# Prerequisites

Required CSVS:

data/conflict.csv - raw conflict data

data/climate-complete-noaa.csv - raw climate data

data/clean_fews.csv - transformed food data from FEWSNET

data/clean_food.csv - transformed food data from WFP

data/clean_ipc.csv - transformed IPC data from FSNAU


For the last 3 csvs, see other notebook on transformation

In [1]:
import numpy as np
import matplotlib.pyplot as plt
import pandas as pd
import pystan
import scipy.special

# Model

There are three response vectors, $A_i$,$B_i$, $C_i$, where $A$ is the % of population in IPC Phase 2 and $B$ is the % of population in IPC Phase 3 and $C_i$ is the % of the population in IPC Phase 4. We have $N$ points of data, and $K$ features to estimate the coefficients of.
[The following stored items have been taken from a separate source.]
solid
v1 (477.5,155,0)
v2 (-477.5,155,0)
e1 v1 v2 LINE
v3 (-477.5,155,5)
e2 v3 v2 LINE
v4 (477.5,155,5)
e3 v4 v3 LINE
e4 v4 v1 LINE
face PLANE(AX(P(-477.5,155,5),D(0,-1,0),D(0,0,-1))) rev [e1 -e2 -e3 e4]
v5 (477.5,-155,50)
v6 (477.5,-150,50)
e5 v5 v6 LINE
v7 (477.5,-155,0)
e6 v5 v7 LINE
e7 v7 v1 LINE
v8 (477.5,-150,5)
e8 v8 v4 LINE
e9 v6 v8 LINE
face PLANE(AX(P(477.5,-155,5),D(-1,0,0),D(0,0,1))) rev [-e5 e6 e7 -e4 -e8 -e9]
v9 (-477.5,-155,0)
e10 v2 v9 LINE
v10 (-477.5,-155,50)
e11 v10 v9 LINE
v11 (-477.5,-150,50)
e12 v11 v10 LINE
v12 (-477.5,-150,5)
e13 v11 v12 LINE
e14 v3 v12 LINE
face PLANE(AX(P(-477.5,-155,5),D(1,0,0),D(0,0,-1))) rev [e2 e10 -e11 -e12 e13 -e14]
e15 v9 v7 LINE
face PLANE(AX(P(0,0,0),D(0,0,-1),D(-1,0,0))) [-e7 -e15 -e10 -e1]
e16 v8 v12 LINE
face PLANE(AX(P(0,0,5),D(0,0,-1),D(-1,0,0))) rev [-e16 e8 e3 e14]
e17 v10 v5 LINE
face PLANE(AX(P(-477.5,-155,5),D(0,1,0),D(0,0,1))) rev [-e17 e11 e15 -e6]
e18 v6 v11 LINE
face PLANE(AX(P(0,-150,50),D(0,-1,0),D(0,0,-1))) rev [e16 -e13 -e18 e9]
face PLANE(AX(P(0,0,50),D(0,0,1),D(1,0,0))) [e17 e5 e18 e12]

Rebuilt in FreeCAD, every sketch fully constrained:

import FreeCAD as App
import Part
import Sketcher

doc = App.newDocument("Part")
params = doc.addObject("Spreadsheet::Sheet", "Params")
for row, (alias, value) in enumerate([
    ("sketch1_width", "955 mm"),
    ("sketch1_height", "310 mm"),
    ("pad1_length", "5 mm"),
    ("sketch2_width", "955 mm"),
    ("sketch2_height", "5 mm"),
    ("pad2_length", "45 mm"),
], start=1):
    params.set(f"A{row}", alias)
    params.set(f"B{row}", "=" + value)
    params.setAlias(f"B{row}", alias)

body = doc.addObject("PartDesign::Body", "Body")

sketch1 = body.newObject("Sketcher::SketchObject", "Sketch")
sketch1.AttachmentSupport = (doc.getObject("XY_Plane"), [""])
sketch1.MapMode = "FlatFace"
sketch1.addGeometry(Part.LineSegment(App.Vector(-478, 155, 0), App.Vector(-478, -155, 0)), False)
sketch1.addGeometry(Part.LineSegment(App.Vector(-478, -155, 0), App.Vector(478, -155, 0)), False)
sketch1.addGeometry(Part.LineSegment(App.Vector(478, -155, 0), App.Vector(478, 155, 0)), False)
sketch1.addGeometry(Part.LineSegment(App.Vector(478, 155, 0), App.Vector(-478, 155, 0)), False)
sketch1.addConstraint(Sketcher.Constraint("Coincident", 0, 2, 1, 1))
sketch1.addConstraint(Sketcher.Constraint("Coincident", 1, 2, 2, 1))
sketch1.addConstraint(Sketcher.Constraint("Coincident", 2, 2, 3, 1))
sketch1.addConstraint(Sketcher.Constraint("Coincident", 3, 2, 0, 1))
sketch1.addConstraint(Sketcher.Constraint("Vertical", 0))
sketch1.addConstraint(Sketcher.Constraint("Horizontal", 1))
sketch1.addConstraint(Sketcher.Constraint("Vertical", 2))
sketch1.addConstraint(Sketcher.Constraint("Horizontal", 3))
sketch1.addConstraint(Sketcher.Constraint("Symmetric", 0, 2, 2, 2, -1, 1))
sketch1.addConstraint(Sketcher.Constraint("DistanceX", 1, 1, 1, 2, 955.0))
sketch1.addConstraint(Sketcher.Constraint("DistanceY", 0, 2, 0, 1, 310.0))
sketch1.setExpression("Constraints[9]", "Params.sketch1_width")
sketch1.setExpression("Constraints[10]", "Params.sketch1_height")
pad1 = body.newObject("PartDesign::Pad", "Pad")
pad1.Profile = sketch1
pad1.setExpression("Length", "Params.pad1_length")

sketch2 = body.newObject("Sketcher::SketchObject", "Sketch001")
sketch2.AttachmentSupport = (doc.getObject("XY_Plane"), [""])
sketch2.MapMode = "FlatFace"
sketch2.AttachmentOffset = App.Placement(App.Vector(0, 0, 5), App.Rotation())
sketch2.addGeometry(Part.LineSegment(App.Vector(-478, -150, 0), App.Vector(-478, -155, 0)), False)
sketch2.addGeometry(Part.LineSegment(App.Vector(-478, -155, 0), App.Vector(478, -155, 0)), False)
sketch2.addGeometry(Part.LineSegment(App.Vector(478, -155, 0), App.Vector(478, -150, 0)), False)
sketch2.addGeometry(Part.LineSegment(App.Vector(478, -150, 0), App.Vector(-478, -150, 0)), False)
sketch2.addConstraint(Sketcher.Constraint("Coincident", 0, 2, 1, 1))
sketch2.addConstraint(Sketcher.Constraint("Coincident", 1, 2, 2, 1))
sketch2.addConstraint(Sketcher.Constraint("Coincident", 2, 2, 3, 1))
sketch2.addConstraint(Sketcher.Constraint("Coincident", 3, 2, 0, 1))
sketch2.addConstraint(Sketcher.Constraint("Vertical", 0))
sketch2.addConstraint(Sketcher.Constraint("Horizontal", 1))
sketch2.addConstraint(Sketcher.Constraint("Vertical", 2))
sketch2.addConstraint(Sketcher.Constraint("Horizontal", 3))
sketch2.addConstraint(Sketcher.Constraint("DistanceX", 1, 1, 1, 2, 955.0))
sketch2.addConstraint(Sketcher.Constraint("DistanceY", 0, 2, 0, 1, 5.0))
sketch2.addConstraint(Sketcher.Constraint("DistanceY", 0, 2, -1, 1, 155.0))
sketch2.addConstraint(Sketcher.Constraint("DistanceX", 0, 2, -1, 1, 477.5))
sketch2.setExpression("Constraints[8]", "Params.sketch2_width")
sketch2.setExpression("Constraints[9]", "Params.sketch2_height")
pad2 = body.newObject("PartDesign::Pad", "Pad001")
pad2.Profile = sketch2
pad2.setExpression("Length", "Params.pad2_length")

doc.recompute()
$$\mu_{A_i} = \text{inv_logit}(\alpha_{A} + \sum_{X\in\{A,B,C\}}(\beta_{A,X} * \text{logit}(X_{i-1})) + \sum_k(\text{coeffs}_{A,k} * \text{feats}_{i,k}))$$

$$A_i \sim \text{Beta_prop}(\mu_{A_i}, \kappa_A)$$

$$\mu_{B_i} = \text{inv_logit}(\alpha_{B} + \sum_{X\in\{A,B,C\}}(\beta_{B,X} * \text{logit}(X_{i-1})) + \sum_k(\text{coeffs}_{B,k} * \text{feats}_{i,k}))$$

$$B_i \sim \text{Beta_prop}(\mu_{B_i}, \kappa_B)$$

$$\mu_{C_i} = \text{inv_logit}(\alpha_{C} + \sum_{X\in\{A,B,C\}}(\beta_{C,X} * \text{logit}(X_{i-1})) + \sum_k(\text{coeffs}_{C,k} * \text{feats}_{i,k}))$$

$$C_i \sim \text{Beta_prop}(\mu_{C_i}, \kappa_C)$$

Beta_prop is a variant of the Beta distribution, with parameters $\mu$, which is the mean, and $\kappa$, which is the precision, or the inverse of the variance, where a high $\kappa$ implies a low variance.
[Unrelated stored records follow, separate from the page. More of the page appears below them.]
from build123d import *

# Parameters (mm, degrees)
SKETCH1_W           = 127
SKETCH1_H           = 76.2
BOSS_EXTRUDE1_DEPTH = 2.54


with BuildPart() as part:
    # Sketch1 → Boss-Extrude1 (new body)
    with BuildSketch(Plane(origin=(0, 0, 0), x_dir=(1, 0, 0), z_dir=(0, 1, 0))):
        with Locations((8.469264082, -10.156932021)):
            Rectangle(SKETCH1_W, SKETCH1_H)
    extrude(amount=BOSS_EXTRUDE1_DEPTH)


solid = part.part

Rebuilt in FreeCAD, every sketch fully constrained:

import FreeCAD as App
import Part
import Sketcher
Q = App.Units.Quantity


def add_polygon(sketch, points):
    """Adds a closed chain of lines whose ends are joined by coincident constraints."""
    first, n = sketch.GeometryCount, len(points)
    for a, b in zip(points, points[1:] + points[:1]):
        sketch.addGeometry(Part.LineSegment(App.Vector(*a, 0), App.Vector(*b, 0)), False)
    for i in range(n):
        sketch.addConstraint(Sketcher.Constraint("Coincident", first + i, 2, first + (i + 1) % n, 1))

doc = App.newDocument("Part")
params = doc.addObject("Spreadsheet::Sheet", "Params")
for row, (alias, value) in enumerate([
    ("sketch1_width", "5 in"),
    ("sketch1_height", "3 in"),
    ("pad1_length", "0.1 in"),
], start=1):
    params.set(f"A{row}", alias)
    params.set(f"B{row}", "=" + value)
    params.setAlias(f"B{row}", alias)

body = doc.addObject("PartDesign::Body", "Body")

sketch1 = body.newObject("Sketcher::SketchObject", "Sketch")
sketch1.AttachmentSupport = (doc.getObject("XZ_Plane"), [""])
sketch1.MapMode = "FlatFace"
add_polygon(sketch1, [(-55.030736, -27.943068), (-55.030736, 48.256932), (71.969264, 48.256932), (71.969264, -27.943068)])
sketch1.addConstraint([
    Sketcher.Constraint("Vertical", 0),
    Sketcher.Constraint("Horizontal", 1),
    Sketcher.Constraint("Vertical", 2),
    Sketcher.Constraint("Horizontal", 3),
    Sketcher.Constraint("DistanceX", 1, 1, 1, 2, Q("5 in")),
    Sketcher.Constraint("DistanceY", 0, 1, 0, 2, Q("3 in")),
    Sketcher.Constraint("DistanceX", 0, 2, -1, 1, Q("55.030736 mm")),
    Sketcher.Constraint("DistanceY", -1, 1, 0, 2, Q("48.256932 mm")),
])
sketch1.setExpression("Constraints[8]", "Params.sketch1_width")
sketch1.setExpression("Constraints[9]", "Params.sketch1_height")
pad1 = body.newObject("PartDesign::Pad", "Pad")
pad1.Profile = sketch1
pad1.setExpression("Length", "Params.pad1_length")
pad1.Reversed = True

doc.recompute()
To transform $\mu$ and $\kappa$ back into the standard parameters $\alpha$ and $\beta$:
$$ \alpha = \mu\kappa $$
$$ \beta = (1-\mu)\kappa $$

logit is the logit function $\text{logit(p)} = \log(\frac{p}{1-p})$, and maps $(0,1)$ to $(-\infty, +\infty)$, 
and inv_logit is the inverse function $\text{inv_logit(x)} = \frac{e^x}{e^x + 1}$

All the parameters and data ending with _2 refers to IPC Phase 2, _3 to IPC Phase 3, and _4 to IPC Phase 4.

In [2]:
beta_model_code = '''
data {
    int<lower=0> N;
    int<lower=0> K;
    matrix[N,K] feats;
    vector[N] response_2;
    vector[N] response_3;
    vector[N] response_4;
}
transformed data {
    vector[N] logit_response_2;
    vector[N] logit_response_3;
    vector[N] logit_response_4;
    
    logit_response_2 = logit(response_2);
    logit_response_3 = logit(response_3);
    logit_response_4 = logit(response_4);
}
parameters{
    real alpha_2;
    vector[3] beta_2;
    vector[K] coeffs_2;
    real<lower = 100> kappa_2;
    
    real alpha_3;
    vector[3] beta_3;
    vector[K] coeffs_3;
    real<lower = 100> kappa_3;
    
    real alpha_4;
    vector[3] beta_4;
    vector[K] coeffs_4;
    real<lower = 100> kappa_4;
}

model{
    vector[N] mus_2;
    vector[N] mus_3;
    vector[N] mus_4;
    
    mus_2[2:N] = inv_logit(alpha_2 + beta_2[1]*logit_response_2[1:(N-1)] + beta_2[2]*logit_response_3[1:(N-1)] + beta_2[3]*logit_response_4[1:(N-1)] + feats[2:N]*coeffs_2);
    response_2[2:N] ~ beta_proportion(mus_2[2:N], kappa_2);
    
    mus_3[2:N] = inv_logit(alpha_3 + beta_3[1]*logit_response_2[1:(N-1)] + beta_3[2]*logit_response_3[1:(N-1)] + beta_3[3]*logit_response_4[1:(N-1)] + feats[2:N]*coeffs_3);
    response_3[2:N] ~ beta_proportion(mus_3[2:N], kappa_3);
    
    mus_4[2:N] = inv_logit(alpha_4 + beta_4[1]*logit_response_2[1:(N-1)] + beta_4[2]*logit_response_3[1:(N-1)] + beta_4[3]*logit_response_4[1:(N-1)] + feats[2:N]*coeffs_4);
    response_4[2:N] ~ beta_proportion(mus_4[2:N], kappa_4);
}
'''
beta_model = pystan.StanModel(model_code=beta_model_code, model_name="beta_model")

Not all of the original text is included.